Ныне вы любимец Англии, а не английской королевы — может ли образ более опасный представиться воображению монарха, тем паче столь чувствительной женщины, как Ее Величество?»
Любимец Англии.
Верно, толпа его любила, верила, что он во всем прав. Она считала, что ее герой спас меня от заговора и выиграл войну. Его ум доказан разоблачением Лопеса, его доблесть — осадой Кадиса.
Его обожали.
Как когда-то обожали меня.
И все-таки я по-прежнему его обожала.
Как дура, как все дуры — скажите уж, как все старые дуры! — я по-прежнему за него цеплялась. Несмотря на страхи, на злость, мое глупое сердце всякий раз его прощало — спустя дни, часы, даже минуты оно оттаивало, как было с Робином… я нуждалась в нем, в его молодости и жизни, особенно теперь, когда смерть вновь перешла в наступление и скосила тех, кто заслонял меня своими телами, — одного за другим.
Я потеряла двух старых кузенов — прежде всего Хансдона, дорогого старого Гарри Кари, моего лорда- камергера, сына моей тетки Марии, затем старого советчика, сурового пуританина, но верного друга, моего родственника со стороны его жены Кэт, сестры Гарри.
И снова, как дура, я в полубезумии выкрикивала вслед их отлетающим душам: Как вы посмели, как посмели!» Ноллиса я назначила своим советником в день вступления на престол, Хансдона вскоре после того. Оба оставили сыновей, которые тут же заняли отцовские места и должности, добрых и верных, подобно своим родителям.

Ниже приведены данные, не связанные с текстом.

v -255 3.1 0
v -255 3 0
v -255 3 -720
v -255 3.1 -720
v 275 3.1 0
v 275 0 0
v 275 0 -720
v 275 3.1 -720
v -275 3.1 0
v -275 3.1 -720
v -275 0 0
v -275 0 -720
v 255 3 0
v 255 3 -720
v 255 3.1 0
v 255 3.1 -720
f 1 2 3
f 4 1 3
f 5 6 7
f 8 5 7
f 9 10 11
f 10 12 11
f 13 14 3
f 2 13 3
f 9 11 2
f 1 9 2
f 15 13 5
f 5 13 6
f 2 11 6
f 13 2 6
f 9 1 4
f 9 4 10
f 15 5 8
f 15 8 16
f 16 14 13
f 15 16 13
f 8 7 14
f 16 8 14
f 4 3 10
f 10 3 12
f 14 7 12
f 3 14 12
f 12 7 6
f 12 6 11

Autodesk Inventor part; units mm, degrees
ref_plane "YZ Plane" through (0, 0, 0) normal (1, 0, 0) x (0, 1, 0)
ref_plane "XZ Plane" through (0, 0, 0) normal (0, 1, 0) x (-1, 0, 0)
ref_plane "XY Plane" through (0, 0, 0) normal (0, 0, 1) x (1, 0, 0)
sketch "Sketch1" plane through (0, 0, 0) normal (0, 1, 0) x (-1, 0, 0)
  line L0 (275, 0) -> (-275, 0)
  line L1 (-275, 0) -> (-275, -720)
  line L2 (-275, -720) -> (275, -720)
  line L3 (275, -720) -> (275, 0)
  line L4 (255, 0) -> (255, -720)
  line L5 (-255, -720) -> (-255, 0)
  point P0 (0, 0)
  point P1 (0, 0)
  dimension "d0" = 550
  dimension "d1" = 720
  dimension "d4" = 20
  dimension "d5" = 20
extrude "Extrusion1" add sketch "Sketch1" along normal blind 3
extrude "Extrusion2" add sketch "Sketch1" along normal blind 3.1 contours L3 L2 L4 L0 | L5 L2 L1 L0
equation "\"d0\" = track_width"
equation "\"d4\" = curb_width"
equation "\"d5\" = curb_width"
equation "\"d2\" = track_height"
equation "\"d6\" = track_height + curb_height"
equation "\"track_width\" = 550"
equation "\"curb_width\" = 20"
equation "\"track_height\" = 3"
equation "\"curb_height\" = 0.1"
properties part number "straight"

Оба прожили долгую жизнь в почете и довольстве, оба умерли своей смертью, мне не из-за чего было убиваться. Однако я скорбела, и не только о себе: вслед за Робином, Хаттоном, Уолсингемом еще два звена моей золотой цепи распались навеки.
И кто теперь скажет мне правду?
Этот же год унес и третьего, и четвертого: Пакеринга, лорда-хранителя печати, и старого Кобема, хранителя пяти портов, ничем особо не выдающегося до последних трагических событий, но тем не менее незаменимого. Одиночество подступало ко мне все ближе.